The Washoe Tribe began seeking ways to generate revenue to provide for its people and gain self-sufficiency. After looking at several opportunities with various Indian tribes and researching different business models to follow, their tribe met with our Tribe and began discussing how the Poarch Band of Creek Indians were able to succeed in these areas and how we could help their tribe do the same.

"It wasn't so long ago that we were building our first gaming facility in hopes that it would provide a brighter future for our people,” PBCI Tribal Chair Stephanie Bryan said. “We believe it is part of our obligation, as Indian people, to support others in their efforts to achieve financial security.
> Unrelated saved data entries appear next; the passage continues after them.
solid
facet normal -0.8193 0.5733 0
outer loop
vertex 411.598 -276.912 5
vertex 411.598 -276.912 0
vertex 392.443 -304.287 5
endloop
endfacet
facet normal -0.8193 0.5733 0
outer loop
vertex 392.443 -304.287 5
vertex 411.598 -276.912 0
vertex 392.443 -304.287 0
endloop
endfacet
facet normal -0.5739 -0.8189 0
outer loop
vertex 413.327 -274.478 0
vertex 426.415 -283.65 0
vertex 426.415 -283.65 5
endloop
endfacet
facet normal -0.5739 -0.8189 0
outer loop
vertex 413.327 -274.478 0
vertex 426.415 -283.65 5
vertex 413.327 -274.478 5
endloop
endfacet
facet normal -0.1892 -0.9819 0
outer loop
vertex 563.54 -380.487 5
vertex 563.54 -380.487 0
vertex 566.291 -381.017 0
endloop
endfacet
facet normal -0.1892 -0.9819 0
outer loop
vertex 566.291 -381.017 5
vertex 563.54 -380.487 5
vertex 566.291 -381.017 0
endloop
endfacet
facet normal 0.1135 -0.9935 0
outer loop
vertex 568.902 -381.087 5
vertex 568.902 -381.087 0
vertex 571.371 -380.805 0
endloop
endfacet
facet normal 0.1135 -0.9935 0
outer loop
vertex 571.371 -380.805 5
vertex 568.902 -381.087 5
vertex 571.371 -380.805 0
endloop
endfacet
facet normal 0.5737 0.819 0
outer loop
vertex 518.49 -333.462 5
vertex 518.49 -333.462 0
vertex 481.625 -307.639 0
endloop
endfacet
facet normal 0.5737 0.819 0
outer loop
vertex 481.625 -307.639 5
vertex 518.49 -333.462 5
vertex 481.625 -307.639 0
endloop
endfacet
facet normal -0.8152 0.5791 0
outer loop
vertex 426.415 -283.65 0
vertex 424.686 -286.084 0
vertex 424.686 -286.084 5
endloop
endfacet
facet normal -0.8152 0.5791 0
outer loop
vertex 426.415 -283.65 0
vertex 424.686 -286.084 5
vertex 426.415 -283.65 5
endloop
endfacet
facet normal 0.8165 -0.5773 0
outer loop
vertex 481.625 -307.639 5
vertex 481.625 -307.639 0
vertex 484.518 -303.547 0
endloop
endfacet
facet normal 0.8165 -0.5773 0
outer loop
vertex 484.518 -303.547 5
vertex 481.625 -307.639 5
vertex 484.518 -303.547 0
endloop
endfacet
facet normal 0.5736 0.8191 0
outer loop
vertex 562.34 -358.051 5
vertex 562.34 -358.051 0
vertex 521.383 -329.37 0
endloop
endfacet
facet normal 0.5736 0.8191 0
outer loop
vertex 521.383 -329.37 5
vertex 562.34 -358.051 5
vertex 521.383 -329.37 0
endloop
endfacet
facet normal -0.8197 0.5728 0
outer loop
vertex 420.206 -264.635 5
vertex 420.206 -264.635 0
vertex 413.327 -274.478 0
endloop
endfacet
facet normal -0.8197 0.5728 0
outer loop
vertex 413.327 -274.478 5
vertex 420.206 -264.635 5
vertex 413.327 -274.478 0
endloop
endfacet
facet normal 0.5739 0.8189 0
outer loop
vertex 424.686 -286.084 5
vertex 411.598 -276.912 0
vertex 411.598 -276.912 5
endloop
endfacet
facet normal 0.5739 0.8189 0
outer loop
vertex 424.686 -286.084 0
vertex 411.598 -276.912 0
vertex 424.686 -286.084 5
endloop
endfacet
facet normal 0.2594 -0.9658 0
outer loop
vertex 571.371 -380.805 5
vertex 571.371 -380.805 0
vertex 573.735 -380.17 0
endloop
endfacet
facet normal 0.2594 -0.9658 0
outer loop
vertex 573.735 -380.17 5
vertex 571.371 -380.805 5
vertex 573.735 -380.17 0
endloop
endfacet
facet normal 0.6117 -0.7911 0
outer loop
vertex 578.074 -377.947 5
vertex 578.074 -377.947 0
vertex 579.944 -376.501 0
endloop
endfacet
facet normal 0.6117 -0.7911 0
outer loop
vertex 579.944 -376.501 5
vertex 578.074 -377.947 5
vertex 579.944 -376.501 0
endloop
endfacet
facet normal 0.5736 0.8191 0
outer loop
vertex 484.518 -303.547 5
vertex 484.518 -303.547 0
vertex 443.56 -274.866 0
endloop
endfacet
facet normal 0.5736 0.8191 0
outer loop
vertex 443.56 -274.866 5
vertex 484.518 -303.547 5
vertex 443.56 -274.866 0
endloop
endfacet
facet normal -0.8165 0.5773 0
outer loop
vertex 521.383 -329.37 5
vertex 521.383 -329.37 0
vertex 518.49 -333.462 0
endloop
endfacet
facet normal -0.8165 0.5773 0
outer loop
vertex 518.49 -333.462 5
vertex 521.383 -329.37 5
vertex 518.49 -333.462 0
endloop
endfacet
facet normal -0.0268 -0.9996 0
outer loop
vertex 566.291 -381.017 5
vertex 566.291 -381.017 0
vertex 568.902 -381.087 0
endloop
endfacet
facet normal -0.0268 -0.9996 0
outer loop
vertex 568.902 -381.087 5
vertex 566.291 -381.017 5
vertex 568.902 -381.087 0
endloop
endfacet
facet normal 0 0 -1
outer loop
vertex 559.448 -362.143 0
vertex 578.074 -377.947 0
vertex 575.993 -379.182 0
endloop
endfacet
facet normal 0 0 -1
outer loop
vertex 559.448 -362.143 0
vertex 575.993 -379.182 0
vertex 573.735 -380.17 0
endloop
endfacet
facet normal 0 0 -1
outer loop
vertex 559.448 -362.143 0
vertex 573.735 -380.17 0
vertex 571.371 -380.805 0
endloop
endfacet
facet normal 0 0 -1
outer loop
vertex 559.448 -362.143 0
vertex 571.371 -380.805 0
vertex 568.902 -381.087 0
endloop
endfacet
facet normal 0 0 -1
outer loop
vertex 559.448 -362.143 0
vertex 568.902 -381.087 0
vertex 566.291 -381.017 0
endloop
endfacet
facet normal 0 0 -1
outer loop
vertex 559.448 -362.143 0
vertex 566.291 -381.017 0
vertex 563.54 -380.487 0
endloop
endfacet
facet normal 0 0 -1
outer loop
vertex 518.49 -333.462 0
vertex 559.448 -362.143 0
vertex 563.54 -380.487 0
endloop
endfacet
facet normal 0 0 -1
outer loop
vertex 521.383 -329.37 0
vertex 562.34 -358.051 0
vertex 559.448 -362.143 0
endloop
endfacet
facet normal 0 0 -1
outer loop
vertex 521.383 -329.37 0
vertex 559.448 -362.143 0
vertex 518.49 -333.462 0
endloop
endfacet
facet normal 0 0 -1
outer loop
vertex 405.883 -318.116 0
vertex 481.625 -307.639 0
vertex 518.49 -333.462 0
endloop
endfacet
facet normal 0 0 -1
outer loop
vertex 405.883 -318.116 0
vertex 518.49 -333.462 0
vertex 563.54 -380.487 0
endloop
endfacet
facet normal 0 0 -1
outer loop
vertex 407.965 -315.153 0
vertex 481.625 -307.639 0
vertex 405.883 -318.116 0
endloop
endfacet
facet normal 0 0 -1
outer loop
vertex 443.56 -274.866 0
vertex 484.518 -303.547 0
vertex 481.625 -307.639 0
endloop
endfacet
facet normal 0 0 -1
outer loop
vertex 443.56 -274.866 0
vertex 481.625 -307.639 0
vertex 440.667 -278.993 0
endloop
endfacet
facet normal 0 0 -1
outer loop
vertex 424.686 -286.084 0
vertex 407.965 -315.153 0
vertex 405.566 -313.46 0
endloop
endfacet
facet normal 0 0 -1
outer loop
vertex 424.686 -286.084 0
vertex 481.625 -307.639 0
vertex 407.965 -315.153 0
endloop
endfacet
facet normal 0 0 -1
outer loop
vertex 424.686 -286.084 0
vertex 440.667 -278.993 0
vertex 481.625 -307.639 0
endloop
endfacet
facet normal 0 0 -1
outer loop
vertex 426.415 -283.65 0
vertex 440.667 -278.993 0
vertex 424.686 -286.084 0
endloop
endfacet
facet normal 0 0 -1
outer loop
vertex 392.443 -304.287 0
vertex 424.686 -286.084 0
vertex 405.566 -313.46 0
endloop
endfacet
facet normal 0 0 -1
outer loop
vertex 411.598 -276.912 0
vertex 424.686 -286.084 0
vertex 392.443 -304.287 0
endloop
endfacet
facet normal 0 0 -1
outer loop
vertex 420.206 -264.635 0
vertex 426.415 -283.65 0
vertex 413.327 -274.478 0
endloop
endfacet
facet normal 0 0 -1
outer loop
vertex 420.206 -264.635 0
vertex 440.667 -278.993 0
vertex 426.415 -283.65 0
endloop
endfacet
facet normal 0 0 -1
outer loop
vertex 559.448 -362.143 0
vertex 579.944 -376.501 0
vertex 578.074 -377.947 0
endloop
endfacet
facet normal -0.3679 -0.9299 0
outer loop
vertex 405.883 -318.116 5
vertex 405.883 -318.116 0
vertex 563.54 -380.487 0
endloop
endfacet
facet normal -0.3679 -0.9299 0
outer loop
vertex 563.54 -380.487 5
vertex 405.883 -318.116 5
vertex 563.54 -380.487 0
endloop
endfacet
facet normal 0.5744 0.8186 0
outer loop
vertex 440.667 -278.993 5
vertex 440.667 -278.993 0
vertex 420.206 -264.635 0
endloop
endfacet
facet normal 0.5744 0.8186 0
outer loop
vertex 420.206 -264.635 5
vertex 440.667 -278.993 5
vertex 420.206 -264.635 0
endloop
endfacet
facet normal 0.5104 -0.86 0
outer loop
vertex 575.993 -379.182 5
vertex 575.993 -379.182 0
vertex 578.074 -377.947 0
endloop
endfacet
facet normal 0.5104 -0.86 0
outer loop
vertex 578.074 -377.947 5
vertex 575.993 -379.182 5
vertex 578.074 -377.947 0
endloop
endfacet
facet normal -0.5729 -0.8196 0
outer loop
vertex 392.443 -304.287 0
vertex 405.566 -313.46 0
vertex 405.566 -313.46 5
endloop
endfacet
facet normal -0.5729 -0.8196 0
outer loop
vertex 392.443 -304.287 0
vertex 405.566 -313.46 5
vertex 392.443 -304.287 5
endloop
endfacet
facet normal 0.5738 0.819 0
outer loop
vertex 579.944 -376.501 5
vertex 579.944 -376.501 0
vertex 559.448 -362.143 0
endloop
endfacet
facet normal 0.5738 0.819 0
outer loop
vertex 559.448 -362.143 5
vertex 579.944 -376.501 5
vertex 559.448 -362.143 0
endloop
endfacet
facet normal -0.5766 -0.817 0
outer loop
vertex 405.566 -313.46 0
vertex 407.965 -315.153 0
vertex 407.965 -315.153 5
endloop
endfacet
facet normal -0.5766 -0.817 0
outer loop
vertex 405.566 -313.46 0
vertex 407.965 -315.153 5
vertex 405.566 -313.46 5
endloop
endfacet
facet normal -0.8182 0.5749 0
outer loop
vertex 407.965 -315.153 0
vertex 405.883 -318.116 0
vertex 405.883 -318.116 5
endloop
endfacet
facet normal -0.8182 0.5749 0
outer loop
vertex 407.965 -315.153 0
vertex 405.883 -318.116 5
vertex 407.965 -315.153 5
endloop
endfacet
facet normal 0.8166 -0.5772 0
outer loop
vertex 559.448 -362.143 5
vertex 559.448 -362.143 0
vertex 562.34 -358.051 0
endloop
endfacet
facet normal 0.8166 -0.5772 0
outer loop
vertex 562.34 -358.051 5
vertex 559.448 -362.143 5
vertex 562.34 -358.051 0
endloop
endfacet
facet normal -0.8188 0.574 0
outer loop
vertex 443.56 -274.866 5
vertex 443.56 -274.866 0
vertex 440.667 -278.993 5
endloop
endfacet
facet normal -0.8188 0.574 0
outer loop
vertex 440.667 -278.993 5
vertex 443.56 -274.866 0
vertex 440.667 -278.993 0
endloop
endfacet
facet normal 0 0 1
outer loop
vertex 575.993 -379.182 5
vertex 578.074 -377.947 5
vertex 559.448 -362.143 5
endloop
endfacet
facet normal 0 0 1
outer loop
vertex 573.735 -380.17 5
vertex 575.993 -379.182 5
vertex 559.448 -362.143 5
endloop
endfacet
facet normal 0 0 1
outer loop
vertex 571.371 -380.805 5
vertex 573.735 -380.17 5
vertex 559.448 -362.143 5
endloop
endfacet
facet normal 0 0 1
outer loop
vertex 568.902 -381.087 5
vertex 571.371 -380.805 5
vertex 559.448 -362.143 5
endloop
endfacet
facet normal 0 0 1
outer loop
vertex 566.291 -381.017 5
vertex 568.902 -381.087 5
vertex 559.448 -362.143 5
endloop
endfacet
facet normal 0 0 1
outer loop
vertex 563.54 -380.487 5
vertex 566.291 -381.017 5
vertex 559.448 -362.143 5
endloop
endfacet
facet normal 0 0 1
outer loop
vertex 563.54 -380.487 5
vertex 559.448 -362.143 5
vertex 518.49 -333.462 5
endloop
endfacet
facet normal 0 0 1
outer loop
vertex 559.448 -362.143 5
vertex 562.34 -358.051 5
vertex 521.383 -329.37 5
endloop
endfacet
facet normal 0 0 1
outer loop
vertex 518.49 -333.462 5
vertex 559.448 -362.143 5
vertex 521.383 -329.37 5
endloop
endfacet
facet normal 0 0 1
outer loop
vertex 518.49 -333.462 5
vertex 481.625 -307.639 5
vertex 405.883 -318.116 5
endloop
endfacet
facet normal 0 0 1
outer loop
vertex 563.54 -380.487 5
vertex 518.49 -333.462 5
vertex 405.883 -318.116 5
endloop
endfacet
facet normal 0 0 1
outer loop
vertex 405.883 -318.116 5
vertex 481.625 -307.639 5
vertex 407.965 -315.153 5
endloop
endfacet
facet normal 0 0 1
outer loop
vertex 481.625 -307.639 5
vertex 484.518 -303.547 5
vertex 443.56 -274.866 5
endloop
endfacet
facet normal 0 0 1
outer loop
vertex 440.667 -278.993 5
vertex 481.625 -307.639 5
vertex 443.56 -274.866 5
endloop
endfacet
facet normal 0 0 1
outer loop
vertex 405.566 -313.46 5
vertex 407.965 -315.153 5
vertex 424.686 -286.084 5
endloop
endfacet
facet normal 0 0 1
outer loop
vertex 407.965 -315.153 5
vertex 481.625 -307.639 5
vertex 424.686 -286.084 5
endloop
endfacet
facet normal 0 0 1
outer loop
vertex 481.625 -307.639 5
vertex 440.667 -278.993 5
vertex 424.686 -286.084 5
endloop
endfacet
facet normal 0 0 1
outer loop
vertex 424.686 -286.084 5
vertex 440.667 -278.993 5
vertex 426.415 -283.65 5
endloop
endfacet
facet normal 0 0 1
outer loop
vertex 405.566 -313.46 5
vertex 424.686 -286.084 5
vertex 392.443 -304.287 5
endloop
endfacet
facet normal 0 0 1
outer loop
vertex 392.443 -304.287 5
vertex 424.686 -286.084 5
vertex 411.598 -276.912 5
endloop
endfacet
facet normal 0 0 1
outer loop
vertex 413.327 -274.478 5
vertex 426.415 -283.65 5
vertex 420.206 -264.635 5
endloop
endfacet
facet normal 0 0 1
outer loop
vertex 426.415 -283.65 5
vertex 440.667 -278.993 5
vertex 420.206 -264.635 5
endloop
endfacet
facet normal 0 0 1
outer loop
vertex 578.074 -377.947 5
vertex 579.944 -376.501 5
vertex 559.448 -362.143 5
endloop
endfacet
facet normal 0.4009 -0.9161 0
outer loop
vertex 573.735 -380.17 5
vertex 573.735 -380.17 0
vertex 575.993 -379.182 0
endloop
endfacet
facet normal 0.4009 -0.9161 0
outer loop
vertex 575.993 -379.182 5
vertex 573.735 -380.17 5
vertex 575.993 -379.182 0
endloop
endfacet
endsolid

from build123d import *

# Parameters (mm, degrees)
PAD009_DEPTH = 5


with BuildPart() as part:
    # Sketch010 → Pad009 (new body)
    with BuildSketch(Plane.XY):
        with BuildLine():
            add(Edge.make_bspline(
                [(411.598433, -276.911825), (424.686488, -286.084047)],
                knots=[0, 0, 45.303532, 45.303532], degree=1))
            add(Edge.make_bspline(
                [(424.686488, -286.084047), (426.4151, -283.64988)],
                knots=[0, 0, 8.46286, 8.46286], degree=1))
            add(Edge.make_bspline(
                [(426.4151, -283.64988), (413.327044, -274.477658)],
                knots=[0, 0, 45.303532, 45.303532], degree=1))
            add(Edge.make_bspline(
                [(420.206211, -264.635159), (413.327044, -274.477658)],
                knots=[0, 0, 34.039095, 34.039095], degree=1))
            add(Edge.make_bspline(
                [(440.667321, -278.993214), (420.206211, -264.635159)],
                knots=[0, 0, 70.855416, 70.855416], degree=1))
            add(Edge.make_bspline(
                [(443.560099, -274.865714), (440.667321, -278.993214)],
                knots=[0, 0, 14.287407, 14.287407], degree=1))
            add(Edge.make_bspline(
                [(484.517598, -303.546547), (443.560099, -274.865714)],
                knots=[0, 0, 141.735317, 141.735317], degree=1))
            add(Edge.make_bspline(
                [(481.624821, -307.638769), (484.517598, -303.546547)],
                knots=[0, 0, 14.205633, 14.205633], degree=1))
            add(Edge.make_bspline(
                [(518.490097, -333.462102), (481.624821, -307.638769)],
                knots=[0, 0, 127.587186, 127.587186], degree=1))
            add(Edge.make_bspline(
                [(521.382875, -329.369879), (518.490097, -333.462102)],
                knots=[0, 0, 14.205633, 14.205633], degree=1))
            add(Edge.make_bspline(
                [(562.340374, -358.050712), (521.382875, -329.369879)],
                knots=[0, 0, 141.735317, 141.735317], degree=1))
            add(Edge.make_bspline(
                [(559.447597, -362.142934), (562.340374, -358.050712)],
                knots=[0, 0, 14.205633, 14.205633], degree=1))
We are thrilled that we can play a role in making sure that the Washoe Tribe can use its land to better the lives of their tribal members."

As a result, the two tribes joined efforts and through the PBCI’s economic development branch, Creek Indian Enterprises Development Authority (CIEDA), the work began on phase one, constructing a travel plaza in Nevada that was mirrored after Creek Travel Plaza here in Atmore. Once that phase of the project was completed, CIEDA and the Washoe Tribe moved on to phase 2 — a gaming facility similar to Wind Creek Entertainment venues.

"Opening a casino and partnering with the Poarch Band of Creek Indians is another step toward the Washoe Tribe's long term goal of economic self-sufficiency," Washoe Tribal Chair Neil Mortimer said. "We are excited about the partnership and pleased to create job opportunities for our tribal members, as well as local residents. The partnership between our tribe and the Poarch Band of Creek Indians of Alabama is the first of its kind, and we are looking forward to increasing the gaming and dining experience in the Carson Valley area for both residents and visitors."

What this means for the Poarch Band of Creek Indians is yet another successful investment and creates diversification within the gaming industry.

It also encourages our Tribe to continue giving back, not only to other tribes, but to everyone around us.

Vice President of Business Development for Wind Creek Hospitality and a Poarch Creek Tribal Council Member, Arthur Mothershed, said, "Our Tribe knows all too well the challenges faced by the Washoe Tribe. Fortunately in the past 10 years, we have been able to overcome many of those obstacles, and we are both honored and excited to have had the opportunity to share our good fortune and knowledge with the Washoe Tribe as their partners on this vitally important project."

The Wa She Shu Travel Plaza opened in early 2015, and the Wa She Shu Casino opened adjacent to the travel plaza in May 2016. Wa She Shu means “the people’s place” in the Washoe Tribe’s native tongue.